I am working on both a novel and some short stories. Oooh, I just thought of how Demetri Martin writes with both hands at the same time. Wouldn’t it be cool if I could type on two keyboards simultaneously—one for the short story and the other for the novel chapter? I could be as prolific as Joyce Carol Oates. Not as good a writer, of course, but equally prolific. (Forgive me, I’m writing this with a headache.)

ANYWAY, I’ve been wondering how I’ll get critique on my works-in-progress. I no longer have access to a live critique group, and I’ve never been able to work up enthusiasm for joining online groups where I know no one—or more importantly—know nothing about anyone’s writing skills.

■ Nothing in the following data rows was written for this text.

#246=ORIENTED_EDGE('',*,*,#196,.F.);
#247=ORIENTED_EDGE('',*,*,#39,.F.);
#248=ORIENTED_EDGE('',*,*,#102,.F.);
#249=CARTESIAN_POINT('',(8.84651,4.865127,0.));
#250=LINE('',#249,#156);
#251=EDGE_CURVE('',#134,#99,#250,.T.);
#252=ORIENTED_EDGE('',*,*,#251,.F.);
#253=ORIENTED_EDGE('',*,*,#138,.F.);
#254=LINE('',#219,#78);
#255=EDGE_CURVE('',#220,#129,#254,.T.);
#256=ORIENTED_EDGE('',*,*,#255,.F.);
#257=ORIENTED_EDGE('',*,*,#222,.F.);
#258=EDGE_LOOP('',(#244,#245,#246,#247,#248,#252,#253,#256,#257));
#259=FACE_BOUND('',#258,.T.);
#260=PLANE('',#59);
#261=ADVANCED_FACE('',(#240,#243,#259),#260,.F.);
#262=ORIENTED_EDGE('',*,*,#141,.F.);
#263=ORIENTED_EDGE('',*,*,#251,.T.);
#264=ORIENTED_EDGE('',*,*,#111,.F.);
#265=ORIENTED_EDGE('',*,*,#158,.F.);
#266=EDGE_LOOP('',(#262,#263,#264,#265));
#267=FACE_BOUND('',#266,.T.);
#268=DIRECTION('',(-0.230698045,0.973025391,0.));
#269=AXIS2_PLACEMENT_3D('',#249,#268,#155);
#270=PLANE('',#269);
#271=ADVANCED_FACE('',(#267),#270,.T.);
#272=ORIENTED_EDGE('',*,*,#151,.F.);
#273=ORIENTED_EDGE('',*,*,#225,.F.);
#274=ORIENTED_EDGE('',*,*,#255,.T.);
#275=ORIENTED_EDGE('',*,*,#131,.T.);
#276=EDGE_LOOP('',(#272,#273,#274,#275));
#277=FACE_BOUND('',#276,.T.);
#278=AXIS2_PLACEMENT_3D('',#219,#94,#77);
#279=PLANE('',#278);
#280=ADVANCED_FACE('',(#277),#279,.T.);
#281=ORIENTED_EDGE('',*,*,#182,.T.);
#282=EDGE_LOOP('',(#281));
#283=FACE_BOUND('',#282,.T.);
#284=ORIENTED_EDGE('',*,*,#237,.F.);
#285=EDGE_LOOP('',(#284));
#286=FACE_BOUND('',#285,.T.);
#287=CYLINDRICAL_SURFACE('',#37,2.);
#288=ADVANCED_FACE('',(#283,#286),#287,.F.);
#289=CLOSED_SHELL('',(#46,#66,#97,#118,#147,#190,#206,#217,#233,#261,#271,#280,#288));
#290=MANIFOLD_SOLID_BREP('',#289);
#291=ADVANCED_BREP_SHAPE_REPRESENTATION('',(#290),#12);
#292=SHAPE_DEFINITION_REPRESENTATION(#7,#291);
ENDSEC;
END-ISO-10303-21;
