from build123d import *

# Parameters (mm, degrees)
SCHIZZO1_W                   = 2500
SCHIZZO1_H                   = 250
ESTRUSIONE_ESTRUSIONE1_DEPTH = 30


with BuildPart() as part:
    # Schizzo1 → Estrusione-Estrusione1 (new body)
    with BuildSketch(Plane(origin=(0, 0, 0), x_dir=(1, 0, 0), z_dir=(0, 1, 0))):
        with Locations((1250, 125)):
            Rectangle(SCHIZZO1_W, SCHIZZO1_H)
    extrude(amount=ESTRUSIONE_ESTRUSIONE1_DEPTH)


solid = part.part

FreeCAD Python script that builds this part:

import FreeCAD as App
import Part
import Sketcher

V = App.Vector


def add_polygon(sketch, points):
    """Adds a closed chain of lines whose ends are joined by coincident constraints."""
    first, n = sketch.GeometryCount, len(points)
    for a, b in zip(points, points[1:] + points[:1]):
        sketch.addGeometry(Part.LineSegment(App.Vector(*a, 0), App.Vector(*b, 0)), False)
    for i in range(n):
        sketch.addConstraint(Sketcher.Constraint("Coincident", first + i, 2, first + (i + 1) % n, 1))

doc = App.newDocument("Part")
params = doc.addObject("Spreadsheet::Sheet", "Params")
for row, (alias, value) in enumerate([
    ("sketch1_width", "2500 mm"),
    ("sketch1_height", "250 mm"),
    ("pad1_length", "30 mm"),
], start=1):
    params.set(f"A{row}", alias)
    params.set(f"B{row}", "=" + value)
    params.setAlias(f"B{row}", alias)

body = doc.addObject("PartDesign::Body", "Body")

# Sketch on XZ plane
sketch1 = doc.addObject("Sketcher::SketchObject", "Sketch")
body.addObject(sketch1)
sketch1.AttachmentSupport = (doc.XZ_Plane, [""])
sketch1.MapMode = "FlatFace"
add_polygon(sketch1, [(0, -250), (0, 0), (2500, 0), (2500, -250)])  # lines 0-3
sketch1.addConstraint([
    Sketcher.Constraint("Vertical", 0),
    Sketcher.Constraint("Horizontal", 1),
    Sketcher.Constraint("Vertical", 2),
    Sketcher.Constraint("Horizontal", 3),
    Sketcher.Constraint("Coincident", 0, 2, -1, 1),
    Sketcher.Constraint("DistanceX", 1, 1, 1, 2, 2500.0),
    Sketcher.Constraint("DistanceY", 0, 1, 0, 2, 250.0),
])
sketch1.setExpression("Constraints[9]", "Params.sketch1_width")
sketch1.setExpression("Constraints[10]", "Params.sketch1_height")
pad1 = doc.addObject("PartDesign::Pad", "Pad")
body.addObject(pad1)
pad1.Profile = sketch1
pad1.setExpression("Length", "Params.pad1_length")
pad1.Reversed = True

doc.recompute()
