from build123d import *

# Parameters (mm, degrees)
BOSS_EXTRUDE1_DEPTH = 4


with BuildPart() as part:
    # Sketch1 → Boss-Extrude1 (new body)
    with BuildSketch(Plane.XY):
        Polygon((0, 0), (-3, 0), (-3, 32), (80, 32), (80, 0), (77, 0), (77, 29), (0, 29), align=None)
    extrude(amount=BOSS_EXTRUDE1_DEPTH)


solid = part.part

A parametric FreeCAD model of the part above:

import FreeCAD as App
import Part
import Sketcher
from FreeCAD import Vector
Q = App.Units.Quantity

doc = App.newDocument("Part")
body = doc.addObject("PartDesign::Body", "Body")

# Sketch on XY plane
sketch1 = body.newObject("Sketcher::SketchObject", "Sketch")
sketch1.AttachmentSupport = (doc.getObject("XY_Plane"), [""])
sketch1.MapMode = "FlatFace"
sketch1.addGeometry([
    Part.LineSegment(Vector(-3, 0, 0), Vector(0, 0, 0)),  # 0
    Part.LineSegment(Vector(0, 0, 0), Vector(0, 29, 0)),  # 1
    Part.LineSegment(Vector(0, 29, 0), Vector(77, 29, 0)),  # 2
    Part.LineSegment(Vector(77, 29, 0), Vector(77, 0, 0)),  # 3
    Part.LineSegment(Vector(77, 0, 0), Vector(80, 0, 0)),  # 4
    Part.LineSegment(Vector(80, 0, 0), Vector(80, 32, 0)),  # 5
    Part.LineSegment(Vector(80, 32, 0), Vector(-3, 32, 0)),  # 6
    Part.LineSegment(Vector(-3, 32, 0), Vector(-3, 0, 0)),  # 7
], False)
sketch1.addConstraint([
    Sketcher.Constraint("Coincident", 0, 2, 1, 1),
    Sketcher.Constraint("Coincident", 1, 2, 2, 1),
    Sketcher.Constraint("Coincident", 2, 2, 3, 1),
    Sketcher.Constraint("Coincident", 3, 2, 4, 1),
    Sketcher.Constraint("Coincident", 4, 2, 5, 1),
    Sketcher.Constraint("Coincident", 5, 2, 6, 1),
    Sketcher.Constraint("Coincident", 6, 2, 7, 1),
    Sketcher.Constraint("Coincident", 7, 2, 0, 1),
    Sketcher.Constraint("Horizontal", 0),
    Sketcher.Constraint("Vertical", 1),
    Sketcher.Constraint("Horizontal", 2),
    Sketcher.Constraint("Vertical", 3),
    Sketcher.Constraint("Horizontal", 4),
    Sketcher.Constraint("Vertical", 5),
    Sketcher.Constraint("Horizontal", 6),
    Sketcher.Constraint("Vertical", 7),
    Sketcher.Constraint("Coincident", 0, 2, -1, 1),
    Sketcher.Constraint("PointOnObject", 3, 2, -1),
    Sketcher.Constraint("Equal", 0, 4),
    Sketcher.Constraint("DistanceX", 0, 1, 0, 2, Q("3 mm")),
    Sketcher.Constraint("DistanceX", 2, 1, 2, 2, Q("77 mm")),
    Sketcher.Constraint("DistanceY", 1, 1, 1, 2, Q("29 mm")),
    Sketcher.Constraint("DistanceY", 5, 1, 5, 2, Q("32 mm")),
])
pad1 = body.newObject("PartDesign::Pad", "Pad")
pad1.Profile = sketch1
pad1.Length = 4

doc.recompute()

That led me to wondering how you all get feedback on your work. Do you seek it from one, a few, or many? Do you prefer live groups or virtual? Have those preferences changed over time? If you’re in a group, how does yours work? Specifically: How often do you meet? Do you read aloud? Do you receive the work ahead of time and critique at home, so you only discuss it at the meeting? How many members do you think is optimum? Do you critique all lengths of work?

What say ye?

Image © Drawing Hands by M. C. Escher, 1948

26 thoughts on “Whence cometh thy critique?

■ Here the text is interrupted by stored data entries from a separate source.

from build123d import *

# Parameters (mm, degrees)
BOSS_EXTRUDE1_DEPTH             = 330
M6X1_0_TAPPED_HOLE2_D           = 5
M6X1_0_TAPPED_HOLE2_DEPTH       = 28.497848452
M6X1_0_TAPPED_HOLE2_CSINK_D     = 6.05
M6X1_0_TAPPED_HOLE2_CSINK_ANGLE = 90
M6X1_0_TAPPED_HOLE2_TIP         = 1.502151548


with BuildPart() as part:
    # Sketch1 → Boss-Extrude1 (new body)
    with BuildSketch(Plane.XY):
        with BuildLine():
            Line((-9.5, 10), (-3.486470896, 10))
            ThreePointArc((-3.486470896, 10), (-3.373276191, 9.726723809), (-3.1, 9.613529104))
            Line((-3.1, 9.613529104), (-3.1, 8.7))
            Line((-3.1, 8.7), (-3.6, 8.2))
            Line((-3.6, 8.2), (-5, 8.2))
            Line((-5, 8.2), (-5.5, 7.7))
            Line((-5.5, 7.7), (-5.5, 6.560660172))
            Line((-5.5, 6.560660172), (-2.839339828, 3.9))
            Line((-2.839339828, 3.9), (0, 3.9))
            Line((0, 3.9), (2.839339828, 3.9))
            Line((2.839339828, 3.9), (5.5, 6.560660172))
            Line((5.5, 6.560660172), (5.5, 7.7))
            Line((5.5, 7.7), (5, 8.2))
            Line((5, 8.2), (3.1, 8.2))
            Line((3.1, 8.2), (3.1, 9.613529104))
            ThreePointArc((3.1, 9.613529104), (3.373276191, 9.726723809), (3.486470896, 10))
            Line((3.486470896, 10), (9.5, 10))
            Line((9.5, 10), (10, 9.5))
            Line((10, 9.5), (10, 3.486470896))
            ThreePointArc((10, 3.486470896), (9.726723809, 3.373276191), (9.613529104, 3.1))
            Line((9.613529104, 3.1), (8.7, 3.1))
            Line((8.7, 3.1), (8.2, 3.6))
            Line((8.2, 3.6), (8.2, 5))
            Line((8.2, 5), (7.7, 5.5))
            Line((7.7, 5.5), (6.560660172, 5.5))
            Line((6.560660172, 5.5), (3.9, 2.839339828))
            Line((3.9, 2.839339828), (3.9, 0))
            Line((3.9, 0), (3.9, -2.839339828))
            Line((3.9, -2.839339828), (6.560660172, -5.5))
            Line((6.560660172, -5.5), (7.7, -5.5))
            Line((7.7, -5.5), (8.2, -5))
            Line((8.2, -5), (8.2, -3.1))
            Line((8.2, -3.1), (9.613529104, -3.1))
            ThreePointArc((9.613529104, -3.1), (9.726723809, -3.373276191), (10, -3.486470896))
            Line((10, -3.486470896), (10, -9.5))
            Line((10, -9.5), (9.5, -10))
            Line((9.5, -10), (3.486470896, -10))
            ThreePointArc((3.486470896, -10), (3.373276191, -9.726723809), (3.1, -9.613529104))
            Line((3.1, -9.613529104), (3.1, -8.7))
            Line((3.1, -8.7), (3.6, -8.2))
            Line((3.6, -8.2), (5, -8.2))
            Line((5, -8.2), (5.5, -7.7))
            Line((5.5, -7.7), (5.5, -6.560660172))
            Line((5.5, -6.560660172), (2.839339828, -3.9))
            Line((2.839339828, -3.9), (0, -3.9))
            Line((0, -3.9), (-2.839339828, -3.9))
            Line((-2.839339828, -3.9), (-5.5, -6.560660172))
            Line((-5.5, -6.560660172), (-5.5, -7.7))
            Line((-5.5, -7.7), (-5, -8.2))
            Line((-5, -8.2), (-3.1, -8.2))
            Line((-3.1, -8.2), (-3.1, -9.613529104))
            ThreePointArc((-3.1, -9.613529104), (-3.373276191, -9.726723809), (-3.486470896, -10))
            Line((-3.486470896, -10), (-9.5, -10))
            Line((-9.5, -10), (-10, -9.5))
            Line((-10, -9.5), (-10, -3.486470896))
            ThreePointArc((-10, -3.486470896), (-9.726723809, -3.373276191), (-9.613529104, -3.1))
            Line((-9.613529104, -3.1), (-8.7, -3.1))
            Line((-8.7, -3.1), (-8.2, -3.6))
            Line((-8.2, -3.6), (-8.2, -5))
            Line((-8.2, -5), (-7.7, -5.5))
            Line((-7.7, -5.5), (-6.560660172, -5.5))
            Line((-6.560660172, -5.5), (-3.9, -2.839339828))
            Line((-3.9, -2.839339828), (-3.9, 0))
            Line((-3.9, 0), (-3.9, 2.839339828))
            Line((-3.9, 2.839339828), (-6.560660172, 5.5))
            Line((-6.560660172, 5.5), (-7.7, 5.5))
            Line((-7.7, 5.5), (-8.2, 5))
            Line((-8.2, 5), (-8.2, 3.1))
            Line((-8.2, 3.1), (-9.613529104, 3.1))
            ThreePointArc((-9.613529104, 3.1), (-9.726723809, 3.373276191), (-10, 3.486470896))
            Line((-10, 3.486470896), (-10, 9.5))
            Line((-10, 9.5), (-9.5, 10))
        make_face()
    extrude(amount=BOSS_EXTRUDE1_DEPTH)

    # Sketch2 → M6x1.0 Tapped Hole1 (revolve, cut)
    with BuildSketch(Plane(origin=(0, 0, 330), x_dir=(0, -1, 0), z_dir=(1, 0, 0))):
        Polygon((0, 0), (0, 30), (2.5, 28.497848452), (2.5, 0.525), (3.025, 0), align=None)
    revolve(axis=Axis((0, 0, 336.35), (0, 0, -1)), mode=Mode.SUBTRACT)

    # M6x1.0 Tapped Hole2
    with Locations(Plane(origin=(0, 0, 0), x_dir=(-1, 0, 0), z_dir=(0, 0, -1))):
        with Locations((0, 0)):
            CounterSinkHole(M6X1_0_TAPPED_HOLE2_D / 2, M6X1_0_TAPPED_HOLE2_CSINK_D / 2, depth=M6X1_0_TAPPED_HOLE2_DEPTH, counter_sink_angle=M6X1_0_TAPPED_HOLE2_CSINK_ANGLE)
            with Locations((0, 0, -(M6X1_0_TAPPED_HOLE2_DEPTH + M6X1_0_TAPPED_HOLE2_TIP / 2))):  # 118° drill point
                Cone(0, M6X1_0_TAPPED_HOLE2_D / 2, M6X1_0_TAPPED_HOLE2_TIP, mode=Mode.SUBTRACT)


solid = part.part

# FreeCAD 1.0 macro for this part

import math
import FreeCAD as App
import Part
import Sketcher
Q = App.Units.Quantity


def add_polygon(sketch, points):
    """Adds a closed chain of lines whose ends are joined by coincident constraints."""
    first, n = sketch.GeometryCount, len(points)
    for a, b in zip(points, points[1:] + points[:1]):
        sketch.addGeometry(Part.LineSegment(App.Vector(*a, 0), App.Vector(*b, 0)), False)
    for i in range(n):
        sketch.addConstraint(Sketcher.Constraint("Coincident", first + i, 2, first + (i + 1) % n, 1))

doc = App.newDocument("Part")
params = doc.addObject("Spreadsheet::Sheet", "Params")
for row, (alias, value) in enumerate([
    ("sketch1_width", "1.9 mm"),
    ("sketch1_width2", "1.4 mm"),
    ("pad1_length", "330 mm"),
    ("sketch2_height", "30 mm"),
    ("groove_angle", "360 deg"),
    ("sketch3_diameter", "5 mm"),
    ("hole_diameter", "5 mm"),
    ("hole_depth", "28.497848 mm"),
    ("hole_csink_diameter", "6.05 mm"),
], start=1):
    params.set(f"A{row}", alias)
    params.set(f"B{row}", "=" + value)
    params.setAlias(f"B{row}", alias)

body = doc.addObject("PartDesign::Body", "Body")

# Sketch on XY plane
sketch1 = doc.addObject("Sketcher::SketchObject", "Sketch")
body.addObject(sketch1)
sketch1.AttachmentSupport = (doc.XY_Plane, [""])
sketch1.MapMode = "FlatFace"
sketch1.addGeometry([
    Part.LineSegment(App.Vector(-3.486471, 10, 0), App.Vector(-9.5, 10, 0)),  # 0
    Part.LineSegment(App.Vector(-9.5, 10, 0), App.Vector(-10, 9.5, 0)),  # 1
    Part.LineSegment(App.Vector(-10, 9.5, 0), App.Vector(-10, 3.486471, 0)),  # 2
    Part.ArcOfCircle(Part.Circle(App.Vector(-10, 3.1, 0), App.Vector(0, 0, 1), 0.386471), math.radians(0), math.radians(90)),  # 3
    Part.LineSegment(App.Vector(-9.613529, 3.1, 0), App.Vector(-8.2, 3.1, 0)),  # 4
    Part.LineSegment(App.Vector(-8.2, 3.1, 0), App.Vector(-8.2, 5, 0)),  # 5
    Part.LineSegment(App.Vector(-8.2, 5, 0), App.Vector(-7.7, 5.5, 0)),  # 6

  1. I used to be a member of a critique group years back, now I go it alone except for two “beta readers” who read over my manuscript after I have it about where I want it. They let me know if I’ve a “whole complete novel” and if there is anything that “bumps” them from the story or whatever.

    One of the readers is a long-time friend for whom I trust. The other varies.

    Other than that, it’s just my computer, me, the words. Sometimes I do miss brainstorming and talking about the work – and when I have an opportunity to do that, I’m always excited and happy, but that doesn’t happen often, rarely really. Mostly because I am a bit isolated here in the mountain cove, and my friends live in South Louisiana and other places.


    1. Ah, someday I hope to be such a confident writer, Kat. 😉 You’re very fortunate to have that trusty long-time friend. I might just as well be in a mountain cove, as isolated as I am, so I’m thankful for the online writing community.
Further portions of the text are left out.